(1.) This was a suit for declaration of title and for recovery of possession of certain lands mentioned in the plaint. I need not for the purpose of our decision specify the lands in detail, but put quite shortly the position was that there was an occupancy raiyati standing in the names of two persons, Golapdi Mallik and Abdul Sattar, at a jama of Rs. 36-3as-17gds. That was a non-transferable occupancy holding. It was mortgaged by way of conditional sale and the mortgage was a usufructuary mortgage. It is conceded that the mortgage was of the whole of the property in question. The plaintiff in the suit was the landlord Sarat Kumar Banerjee and he is the appellant before us. The respondent in this appeal, Munshi Abdul Bari, was the principal defendant in the suit and he was the mortgagee. The other defendants in the suit were the tenants who were the mortgagors.
(2.) It appears that the present plaintiff brought a suit against the tenants for recovery of rent. In that suit he obtained a decree and proceeded to put the decree to execution in consequence of which there was a sale of the holding and at that sale the landlord, that is to say, the present plaintiff, was the purchaser. The sale was duly confirmed and the plaintiff as the purchaser was put into possession of the property. Thereupon the present defendant as the mortgagee filed an objection under the provisions of Order 21, Rule 100, Civil P.C. There seems to have been an investigation as provided for in Rule 100, Clause 2, as a result of which the Court made an order under the provisions of Order 21, Rule 101 and directed that the applicant, that is to say, the present defendant, the mortgagee, was to be put in possession of the property. The present plaintiff thereupon instituted the suit with which we are now concerned, claiming that he had the right to eject the mortgagee and recover possession of the property. The Munsif of the second Court, Arambagh, made a decree in favour of the plaintiff and ordered that he should get khas possession of the lands in question, the defendants being evicted. Thereupon the defendants appealed and the matter came before the Subordinate Judge, Second Court, Hooghly, who reversed the decision of the trial Court on the ground that the mortgage in question was an incumbrance within the meaning of Section 161, Ben. Ten. Act, and that the plaintiff as the purchaser at the auction sale had not given proper notice to annul that incumbrance under the provisions conferred under Section 167, Ben. Ten. Act, in that the plaintiff knew of the mortgage of 12 November 1923 or at any rate when the sale was confirmed on 24 June 1924, and he had not served the notice under Section 167 until 18 August 1925 which the learned Subordinate Judge erroneously computed to be within two years after the confirmation of the sale or more than two years of the date of the knowledge of the plaintiff.

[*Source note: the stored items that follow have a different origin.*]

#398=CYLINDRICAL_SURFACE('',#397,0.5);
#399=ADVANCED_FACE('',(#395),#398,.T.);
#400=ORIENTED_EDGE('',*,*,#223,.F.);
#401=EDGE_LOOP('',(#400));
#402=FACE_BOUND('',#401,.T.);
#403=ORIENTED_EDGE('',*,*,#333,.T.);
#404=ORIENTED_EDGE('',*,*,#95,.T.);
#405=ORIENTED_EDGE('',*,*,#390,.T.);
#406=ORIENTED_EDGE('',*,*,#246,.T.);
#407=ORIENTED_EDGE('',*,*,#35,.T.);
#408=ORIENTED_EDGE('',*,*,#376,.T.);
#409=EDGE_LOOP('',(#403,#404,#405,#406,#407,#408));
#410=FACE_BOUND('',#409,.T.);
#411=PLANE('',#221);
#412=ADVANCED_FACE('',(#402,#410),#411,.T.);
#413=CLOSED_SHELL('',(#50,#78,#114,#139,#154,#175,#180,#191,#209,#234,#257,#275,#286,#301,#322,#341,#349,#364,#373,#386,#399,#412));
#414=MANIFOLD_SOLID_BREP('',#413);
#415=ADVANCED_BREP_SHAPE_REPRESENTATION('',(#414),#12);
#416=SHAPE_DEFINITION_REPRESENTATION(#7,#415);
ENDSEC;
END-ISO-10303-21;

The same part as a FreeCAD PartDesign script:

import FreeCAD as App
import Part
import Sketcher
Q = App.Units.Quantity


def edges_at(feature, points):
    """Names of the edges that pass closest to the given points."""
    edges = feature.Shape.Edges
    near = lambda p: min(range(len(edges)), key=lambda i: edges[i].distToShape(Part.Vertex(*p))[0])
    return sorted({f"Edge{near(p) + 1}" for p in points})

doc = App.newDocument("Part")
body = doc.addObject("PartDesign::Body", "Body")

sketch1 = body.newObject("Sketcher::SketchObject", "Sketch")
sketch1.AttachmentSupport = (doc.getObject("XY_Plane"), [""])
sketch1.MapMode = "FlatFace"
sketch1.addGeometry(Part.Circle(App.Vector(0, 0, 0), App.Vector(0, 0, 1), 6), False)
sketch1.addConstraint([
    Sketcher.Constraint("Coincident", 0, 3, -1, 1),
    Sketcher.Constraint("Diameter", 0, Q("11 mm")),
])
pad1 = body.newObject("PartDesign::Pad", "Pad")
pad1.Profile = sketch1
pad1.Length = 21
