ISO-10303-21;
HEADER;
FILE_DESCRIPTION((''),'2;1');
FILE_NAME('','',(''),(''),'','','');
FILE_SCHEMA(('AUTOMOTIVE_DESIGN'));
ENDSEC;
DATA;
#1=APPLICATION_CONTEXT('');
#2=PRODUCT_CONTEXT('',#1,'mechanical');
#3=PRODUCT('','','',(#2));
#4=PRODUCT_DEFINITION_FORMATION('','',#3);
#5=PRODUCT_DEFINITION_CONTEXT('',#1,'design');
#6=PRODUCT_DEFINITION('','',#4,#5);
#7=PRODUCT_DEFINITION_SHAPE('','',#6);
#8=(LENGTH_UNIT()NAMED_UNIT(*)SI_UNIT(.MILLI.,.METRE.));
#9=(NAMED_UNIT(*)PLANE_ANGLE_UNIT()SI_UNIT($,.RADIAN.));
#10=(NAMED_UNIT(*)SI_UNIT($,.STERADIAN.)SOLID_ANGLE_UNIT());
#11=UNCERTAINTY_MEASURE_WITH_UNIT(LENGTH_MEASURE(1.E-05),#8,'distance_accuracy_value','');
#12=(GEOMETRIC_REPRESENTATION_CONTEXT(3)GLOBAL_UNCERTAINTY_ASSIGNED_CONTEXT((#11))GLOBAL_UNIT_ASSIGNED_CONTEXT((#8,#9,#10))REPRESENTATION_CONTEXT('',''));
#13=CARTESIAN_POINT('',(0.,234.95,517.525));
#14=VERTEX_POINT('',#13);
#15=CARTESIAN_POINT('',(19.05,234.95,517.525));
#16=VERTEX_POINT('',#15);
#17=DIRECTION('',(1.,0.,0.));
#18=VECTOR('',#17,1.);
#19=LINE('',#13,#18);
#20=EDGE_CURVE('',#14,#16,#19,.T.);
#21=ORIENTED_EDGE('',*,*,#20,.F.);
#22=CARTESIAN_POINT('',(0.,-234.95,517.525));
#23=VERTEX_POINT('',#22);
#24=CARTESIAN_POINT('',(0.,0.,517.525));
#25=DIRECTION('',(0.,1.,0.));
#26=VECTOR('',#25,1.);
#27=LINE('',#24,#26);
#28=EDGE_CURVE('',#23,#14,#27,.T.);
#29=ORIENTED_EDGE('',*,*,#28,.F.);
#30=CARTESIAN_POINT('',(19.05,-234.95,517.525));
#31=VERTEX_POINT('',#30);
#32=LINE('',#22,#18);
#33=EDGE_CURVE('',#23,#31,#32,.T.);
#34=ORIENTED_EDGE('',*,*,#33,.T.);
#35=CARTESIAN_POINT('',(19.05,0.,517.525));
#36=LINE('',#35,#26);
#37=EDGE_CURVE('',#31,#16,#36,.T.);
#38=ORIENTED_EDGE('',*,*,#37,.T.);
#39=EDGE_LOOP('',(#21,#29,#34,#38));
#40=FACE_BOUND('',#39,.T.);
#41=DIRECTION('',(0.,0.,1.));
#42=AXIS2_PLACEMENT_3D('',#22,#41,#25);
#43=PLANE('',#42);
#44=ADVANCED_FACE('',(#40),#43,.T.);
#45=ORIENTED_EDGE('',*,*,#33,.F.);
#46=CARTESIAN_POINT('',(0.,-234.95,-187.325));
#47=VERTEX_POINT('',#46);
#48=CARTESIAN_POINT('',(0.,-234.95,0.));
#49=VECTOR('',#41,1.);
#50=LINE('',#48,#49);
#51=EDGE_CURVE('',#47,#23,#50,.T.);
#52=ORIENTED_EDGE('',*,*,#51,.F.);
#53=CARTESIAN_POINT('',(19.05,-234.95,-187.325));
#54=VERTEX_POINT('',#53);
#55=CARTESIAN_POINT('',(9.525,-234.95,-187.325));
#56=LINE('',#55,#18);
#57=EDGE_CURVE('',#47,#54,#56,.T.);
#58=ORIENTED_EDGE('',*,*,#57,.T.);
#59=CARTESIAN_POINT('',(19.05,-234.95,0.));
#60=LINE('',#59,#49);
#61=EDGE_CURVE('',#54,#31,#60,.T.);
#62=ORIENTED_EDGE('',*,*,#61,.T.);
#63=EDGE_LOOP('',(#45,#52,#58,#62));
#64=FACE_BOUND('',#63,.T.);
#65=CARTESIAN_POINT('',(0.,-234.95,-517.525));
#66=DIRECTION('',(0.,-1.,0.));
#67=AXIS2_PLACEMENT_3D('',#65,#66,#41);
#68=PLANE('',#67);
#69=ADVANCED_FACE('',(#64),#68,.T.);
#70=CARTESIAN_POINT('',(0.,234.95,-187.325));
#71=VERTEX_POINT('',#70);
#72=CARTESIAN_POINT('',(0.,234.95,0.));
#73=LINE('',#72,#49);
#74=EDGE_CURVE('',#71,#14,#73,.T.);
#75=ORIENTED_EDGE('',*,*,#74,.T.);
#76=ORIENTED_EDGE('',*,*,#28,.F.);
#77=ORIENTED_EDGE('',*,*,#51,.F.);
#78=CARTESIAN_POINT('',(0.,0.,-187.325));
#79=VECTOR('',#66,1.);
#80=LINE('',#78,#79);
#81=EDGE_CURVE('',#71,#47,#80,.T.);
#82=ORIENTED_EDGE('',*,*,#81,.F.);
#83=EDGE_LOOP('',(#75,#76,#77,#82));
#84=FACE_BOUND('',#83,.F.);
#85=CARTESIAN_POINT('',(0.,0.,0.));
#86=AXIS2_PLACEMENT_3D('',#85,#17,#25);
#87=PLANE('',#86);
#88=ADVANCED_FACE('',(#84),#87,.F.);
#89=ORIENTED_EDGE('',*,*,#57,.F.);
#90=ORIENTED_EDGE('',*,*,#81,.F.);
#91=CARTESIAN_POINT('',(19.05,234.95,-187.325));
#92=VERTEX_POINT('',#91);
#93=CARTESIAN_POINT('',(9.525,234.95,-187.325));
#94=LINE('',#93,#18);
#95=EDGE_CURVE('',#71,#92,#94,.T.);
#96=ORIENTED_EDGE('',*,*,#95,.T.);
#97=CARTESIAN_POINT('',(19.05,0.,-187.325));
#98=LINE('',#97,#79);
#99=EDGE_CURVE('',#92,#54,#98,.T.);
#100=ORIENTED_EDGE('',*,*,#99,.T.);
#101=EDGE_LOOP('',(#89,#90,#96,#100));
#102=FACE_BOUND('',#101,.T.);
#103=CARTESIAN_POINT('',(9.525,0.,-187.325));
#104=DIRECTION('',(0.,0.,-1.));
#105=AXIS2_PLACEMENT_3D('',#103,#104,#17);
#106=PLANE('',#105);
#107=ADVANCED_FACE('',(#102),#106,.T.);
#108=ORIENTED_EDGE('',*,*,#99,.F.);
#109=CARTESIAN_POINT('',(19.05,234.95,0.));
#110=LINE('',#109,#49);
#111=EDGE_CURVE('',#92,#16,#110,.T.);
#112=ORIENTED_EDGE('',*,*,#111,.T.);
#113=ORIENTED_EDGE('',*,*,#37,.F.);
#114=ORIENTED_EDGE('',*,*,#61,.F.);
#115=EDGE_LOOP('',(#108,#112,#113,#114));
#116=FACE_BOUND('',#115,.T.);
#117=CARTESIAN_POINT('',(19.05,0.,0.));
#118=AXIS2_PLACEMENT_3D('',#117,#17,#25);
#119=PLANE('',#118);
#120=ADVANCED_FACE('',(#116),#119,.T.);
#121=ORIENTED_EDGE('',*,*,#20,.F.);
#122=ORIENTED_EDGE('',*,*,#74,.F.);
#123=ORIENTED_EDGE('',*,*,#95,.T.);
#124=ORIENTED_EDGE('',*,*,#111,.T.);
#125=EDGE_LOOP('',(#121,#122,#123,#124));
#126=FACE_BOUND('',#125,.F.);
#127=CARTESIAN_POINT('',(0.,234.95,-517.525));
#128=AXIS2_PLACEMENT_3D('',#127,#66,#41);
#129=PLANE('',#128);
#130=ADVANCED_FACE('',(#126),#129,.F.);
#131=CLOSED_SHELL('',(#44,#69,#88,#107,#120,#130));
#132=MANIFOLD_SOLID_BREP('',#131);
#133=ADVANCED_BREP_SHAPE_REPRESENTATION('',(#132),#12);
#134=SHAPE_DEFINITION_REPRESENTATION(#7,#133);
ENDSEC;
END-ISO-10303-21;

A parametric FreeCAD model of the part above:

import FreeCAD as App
import Part
import Sketcher
Q = App.Units.Quantity

doc = App.newDocument("Part")
body = doc.addObject("PartDesign::Body", "Body")

# Sketch on YZ plane
sketch1 = doc.addObject("Sketcher::SketchObject", "Sketch")
body.addObject(sketch1)
sketch1.AttachmentSupport = (doc.YZ_Plane, [""])
sketch1.MapMode = "FlatFace"
sketch1.addGeometry([
    Part.LineSegment(App.Vector(-235, 518, 0), App.Vector(-235, -518, 0)),
    Part.LineSegment(App.Vector(-235, -518, 0), App.Vector(235, -518, 0)),
    Part.LineSegment(App.Vector(235, -518, 0), App.Vector(235, 518, 0)),
    Part.LineSegment(App.Vector(235, 518, 0), App.Vector(-235, 518, 0)),
], False)
sketch1.addConstraint([
    Sketcher.Constraint("Coincident", 0, 2, 1, 1),
    Sketcher.Constraint("Coincident", 1, 2, 2, 1),
    Sketcher.Constraint("Coincident", 2, 2, 3, 1),
    Sketcher.Constraint("Coincident", 3, 2, 0, 1),
    Sketcher.Constraint("Vertical", 0),
    Sketcher.Constraint("Horizontal", 1),
    Sketcher.Constraint("Vertical", 2),
    Sketcher.Constraint("Horizontal", 3),
    Sketcher.Constraint("Symmetric", 0, 2, 2, 2, -1, 1),
    Sketcher.Constraint("DistanceX", 1, 1, 1, 2, Q("18.5 in")),
    Sketcher.Constraint("DistanceY", 0, 2, 0, 1, Q("40.75 in")),
])
pad1 = doc.addObject("PartDesign::Pad", "Pad")
body.addObject(pad1)
pad1.Profile = sketch1
pad1.Length = Q("0.75 in")

# Sketch on XY plane
sketch2 = doc.addObject("Sketcher::SketchObject", "Sketch001")
body.addObject(sketch2)
sketch2.AttachmentSupport = (doc.XY_Plane, [""])
sketch2.MapMode = "FlatFace"
sketch2.AttachmentOffset = App.Placement(App.Vector(0, 0, -20.375 * 25.4), App.Rotation())
sketch2.addGeometry([
    Part.LineSegment(App.Vector(0, -235, 0), App.Vector(0, 235, 0)),
    Part.LineSegment(App.Vector(0, 235, 0), App.Vector(19, 235, 0)),
    Part.LineSegment(App.Vector(19, 235, 0), App.Vector(19, -235, 0)),
    Part.LineSegment(App.Vector(19, -235, 0), App.Vector(0, -235, 0)),
], False)
sketch2.addConstraint([
    Sketcher.Constraint("Coincident", 0, 2, 1, 1),
    Sketcher.Constraint("Coincident", 1, 2, 2, 1),
    Sketcher.Constraint("Coincident", 2, 2, 3, 1),
    Sketcher.Constraint("Coincident", 3, 2, 0, 1),
    Sketcher.Constraint("Vertical", 0),
    Sketcher.Constraint("Horizontal", 1),
    Sketcher.Constraint("Vertical", 2),
    Sketcher.Constraint("Horizontal", 3),
    Sketcher.Constraint("Symmetric", 0, 2, 3, 2, -1, 1),
    Sketcher.Constraint("DistanceY", 0, 1, 0, 2, Q("18.5 in")),
    Sketcher.Constraint("DistanceX", 1, 1, 1, 2, Q("0.75 in")),
])
pocket1 = doc.addObject("PartDesign::Pocket", "Pocket")
body.addObject(pocket1)
pocket1.Profile = sketch2
pocket1.Length = Q("13 in")
pocket1.Reversed = True

doc.recompute()
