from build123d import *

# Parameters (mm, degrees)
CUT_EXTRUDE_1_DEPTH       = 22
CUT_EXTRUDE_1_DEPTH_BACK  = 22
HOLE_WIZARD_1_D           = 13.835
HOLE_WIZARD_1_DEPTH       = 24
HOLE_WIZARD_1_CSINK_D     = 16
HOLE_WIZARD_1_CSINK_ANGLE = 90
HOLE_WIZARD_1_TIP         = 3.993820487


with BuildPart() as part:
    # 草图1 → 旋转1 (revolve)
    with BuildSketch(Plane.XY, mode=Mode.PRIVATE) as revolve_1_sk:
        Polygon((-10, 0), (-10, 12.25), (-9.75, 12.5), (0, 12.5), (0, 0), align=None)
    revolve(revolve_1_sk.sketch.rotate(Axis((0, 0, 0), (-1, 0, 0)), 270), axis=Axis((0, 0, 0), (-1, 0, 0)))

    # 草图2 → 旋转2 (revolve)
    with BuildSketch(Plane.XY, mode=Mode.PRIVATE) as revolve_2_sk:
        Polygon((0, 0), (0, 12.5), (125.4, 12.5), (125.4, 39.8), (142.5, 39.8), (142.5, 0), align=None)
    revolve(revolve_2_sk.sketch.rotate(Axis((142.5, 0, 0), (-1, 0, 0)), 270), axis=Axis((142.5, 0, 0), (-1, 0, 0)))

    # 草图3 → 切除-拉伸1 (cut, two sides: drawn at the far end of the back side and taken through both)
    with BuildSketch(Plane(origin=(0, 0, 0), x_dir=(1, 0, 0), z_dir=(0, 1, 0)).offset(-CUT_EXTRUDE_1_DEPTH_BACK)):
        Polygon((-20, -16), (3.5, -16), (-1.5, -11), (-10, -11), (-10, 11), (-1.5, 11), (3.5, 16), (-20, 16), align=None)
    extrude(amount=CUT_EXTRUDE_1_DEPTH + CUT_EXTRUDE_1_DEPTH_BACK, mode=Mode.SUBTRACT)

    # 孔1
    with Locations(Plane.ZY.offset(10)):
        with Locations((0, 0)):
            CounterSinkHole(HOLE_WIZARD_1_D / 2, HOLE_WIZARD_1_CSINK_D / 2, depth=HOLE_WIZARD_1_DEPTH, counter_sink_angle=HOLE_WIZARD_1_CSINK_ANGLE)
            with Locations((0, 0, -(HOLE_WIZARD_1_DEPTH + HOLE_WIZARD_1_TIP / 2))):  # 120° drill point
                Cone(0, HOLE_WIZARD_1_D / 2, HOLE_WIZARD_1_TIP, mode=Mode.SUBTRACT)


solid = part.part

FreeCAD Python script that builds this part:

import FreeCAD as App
import Part
import Sketcher

V = App.Vector
Q = App.Units.Quantity


def add_polygon(sketch, points):
    """Adds a closed chain of lines whose ends are joined by coincident constraints."""
    first, n = sketch.GeometryCount, len(points)
    for a, b in zip(points, points[1:] + points[:1]):
        sketch.addGeometry(Part.LineSegment(App.Vector(*a, 0), App.Vector(*b, 0)), False)
    for i in range(n):
        sketch.addConstraint(Sketcher.Constraint("Coincident", first + i, 2, first + (i + 1) % n, 1))

doc = App.newDocument("Part")
body = doc.addObject("PartDesign::Body", "Body")

# Sketch on XY plane
sketch1 = doc.addObject("Sketcher::SketchObject", "Sketch")
body.addObject(sketch1)
sketch1.AttachmentSupport = (doc.XY_Plane, [""])
sketch1.MapMode = "FlatFace"
add_polygon(sketch1, [(-10, 12.25), (-10, 0), (0, 0), (0, 12.5), (-9.75, 12.5)])  # lines 0-4
sketch1.addConstraint(Sketcher.Constraint("Vertical", 0))
sketch1.addConstraint(Sketcher.Constraint("Horizontal", 1))
sketch1.addConstraint(Sketcher.Constraint("Vertical", 2))
sketch1.addConstraint(Sketcher.Constraint("Horizontal", 3))
sketch1.addConstraint(Sketcher.Constraint("Coincident", 1, 2, -1, 1))
sketch1.addConstraint(Sketcher.Constraint("DistanceX", 1, 1, 1, 2, 10.0))
sketch1.addConstraint(Sketcher.Constraint("Angle", 4, Q("-135 deg")))
sketch1.addConstraint(Sketcher.Constraint("DistanceY", 2, 1, 2, 2, 12.5))
sketch1.addConstraint(Sketcher.Constraint("DistanceX", 3, 2, 3, 1, 9.75))
revolution = doc.addObject("PartDesign::Revolution", "Revolution")
body.addObject(revolution)
revolution.Profile = sketch1
revolution.ReferenceAxis = (sketch1, ["H_Axis"])
revolution.Angle = 360

# Sketch on XY plane
sketch2 = doc.addObject("Sketcher::SketchObject", "Sketch001")
body.addObject(sketch2)
sketch2.AttachmentSupport = (doc.XY_Plane, [""])
sketch2.MapMode = "FlatFace"
add_polygon(sketch2, [(0, 12), (0, 0), (142, 0), (142, 40), (125, 40), (125, 12)])  # lines 0-5
sketch2.addConstraint(Sketcher.Constraint("Vertical", 0))
sketch2.addConstraint(Sketcher.Constraint("Horizontal", 1))
sketch2.addConstraint(Sketcher.Constraint("Vertical", 2))
sketch2.addConstraint(Sketcher.Constraint("Horizontal", 3))
sketch2.addConstraint(Sketcher.Constraint("Vertical", 4))
sketch2.addConstraint(Sketcher.Constraint("Horizontal", 5))
sketch2.addConstraint(Sketcher.Constraint("Coincident", 0, 2, -1, 1))
sketch2.addConstraint(Sketcher.Constraint("DistanceX", 1, 1, 1, 2, 142.5))
sketch2.addConstraint(Sketcher.Constraint("DistanceX", 3, 2, 3, 1, 17.1))
sketch2.addConstraint(Sketcher.Constraint("DistanceY", 0, 2, 0, 1, 12.5))
sketch2.addConstraint(Sketcher.Constraint("DistanceY", 2, 1, 2, 2, 39.8))
revolution2 = doc.addObject("PartDesign::Revolution", "Revolution001")
body.addObject(revolution2)
revolution2.Profile = sketch2
revolution2.ReferenceAxis = (sketch2, ["H_Axis"])
revolution2.Angle = 360

# Sketch on XZ plane
sketch3 = doc.addObject("Sketcher::SketchObject", "Sketch002")
body.addObject(sketch3)
sketch3.AttachmentSupport = (doc.XZ_Plane, [""])
sketch3.MapMode = "FlatFace"
add_polygon(sketch3, [(-20, 16), (4, 16), (-2, 11), (-10, 11), (-10, -11), (-2, -11), (4, -16), (-20, -16)])  # lines 0-7
sketch3.addConstraint(Sketcher.Constraint("Horizontal", 0))
sketch3.addConstraint(Sketcher.Constraint("Horizontal", 2))
sketch3.addConstraint(Sketcher.Constraint("Vertical", 3))
sketch3.addConstraint(Sketcher.Constraint("Horizontal", 4))
sketch3.addConstraint(Sketcher.Constraint("Horizontal", 6))
sketch3.addConstraint(Sketcher.Constraint("Vertical", 7))
sketch3.addConstraint(Sketcher.Constraint("Symmetric", 1, 2, 4, 2, -1))
sketch3.addConstraint(Sketcher.Constraint("Symmetric", 0, 2, 5, 2, -1))
sketch3.addConstraint(Sketcher.Constraint("Perpendicular", 1, 5))
sketch3.addConstraint(Sketcher.Constraint("DistanceY", 3, 2, 3, 1, 22.0))
sketch3.addConstraint(Sketcher.Constraint("DistanceY", 7, 1, 7, 2, 32.0))
sketch3.addConstraint(Sketcher.Constraint("DistanceX", 0, 1, 0, 2, 23.5))
sketch3.addConstraint(Sketcher.Constraint("DistanceX", 2, 2, 2, 1, 8.5))
sketch3.addConstraint(Sketcher.Constraint("DistanceX", 2, 2, -1, 1, 10.0))
pocket1 = doc.addObject("PartDesign::Pocket", "Pocket")
body.addObject(pocket1)
pocket1.Profile = sketch3
pocket1.Type = "ThroughAll"
pocket1.Midplane = True

# Sketch on YZ plane
sketch4 = doc.addObject("Sketcher::SketchObject", "Sketch003")
body.addObject(sketch4)
sketch4.AttachmentSupport = (doc.YZ_Plane, [""])
sketch4.MapMode = "FlatFace"
sketch4.AttachmentOffset = App.Placement(V(0, 0, -10), App.Rotation())
sketch4.addGeometry(Part.Circle(V(0, 0, 0), V(0, 0, 1), 7), False)
sketch4.addConstraint(Sketcher.Constraint("Coincident", 0, 3, -1, 1))
sketch4.addConstraint(Sketcher.Constraint("Diameter", 0, 13.835))
doc.recompute()
hole = doc.addObject("PartDesign::Hole", "Hole")
body.addObject(hole)
hole.Profile = sketch4
hole.ThreadType = "None"
hole.Diameter = 13.835
hole.DepthType = "Dimension"
hole.Depth = 24
hole.DrillPoint = "Angled"
hole.DrillPointAngle = 120
hole.HoleCutType = "Countersink"
hole.HoleCutDiameter = 16
hole.HoleCutCountersinkAngle = 90
hole.Reversed = True

doc.recompute()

(3.) It is clear that the notice was served after one year, indeed one year two months after the date of the confirmation of the sale. The learned Subordinate Judge was wrong in taking the date of the service of the notice as the terminus ad quem, as Section 167 in fact says that an application in writing must be made to the Collector within one year from the date of the confirmation of the sale or the date on which the purchaser first had notice of the incumbrance, whichever is later. Therefore the proper date to be taken was the date on which the application (on which the notice was founded) was made to the Collector. However if we had to decide the case on this point alone we should probably take the view that as the notice was served on 18 August 1925 the presumption is that the application was made to the Collector within a week or two before the date on which the notice was served. In the ordinary course the Collector in matters of this kind would doubtless take the necessary steps to have a notice served within a week or two of the application made to him. However in the view which we now take of this case it is not necessary that we should further deal with this point.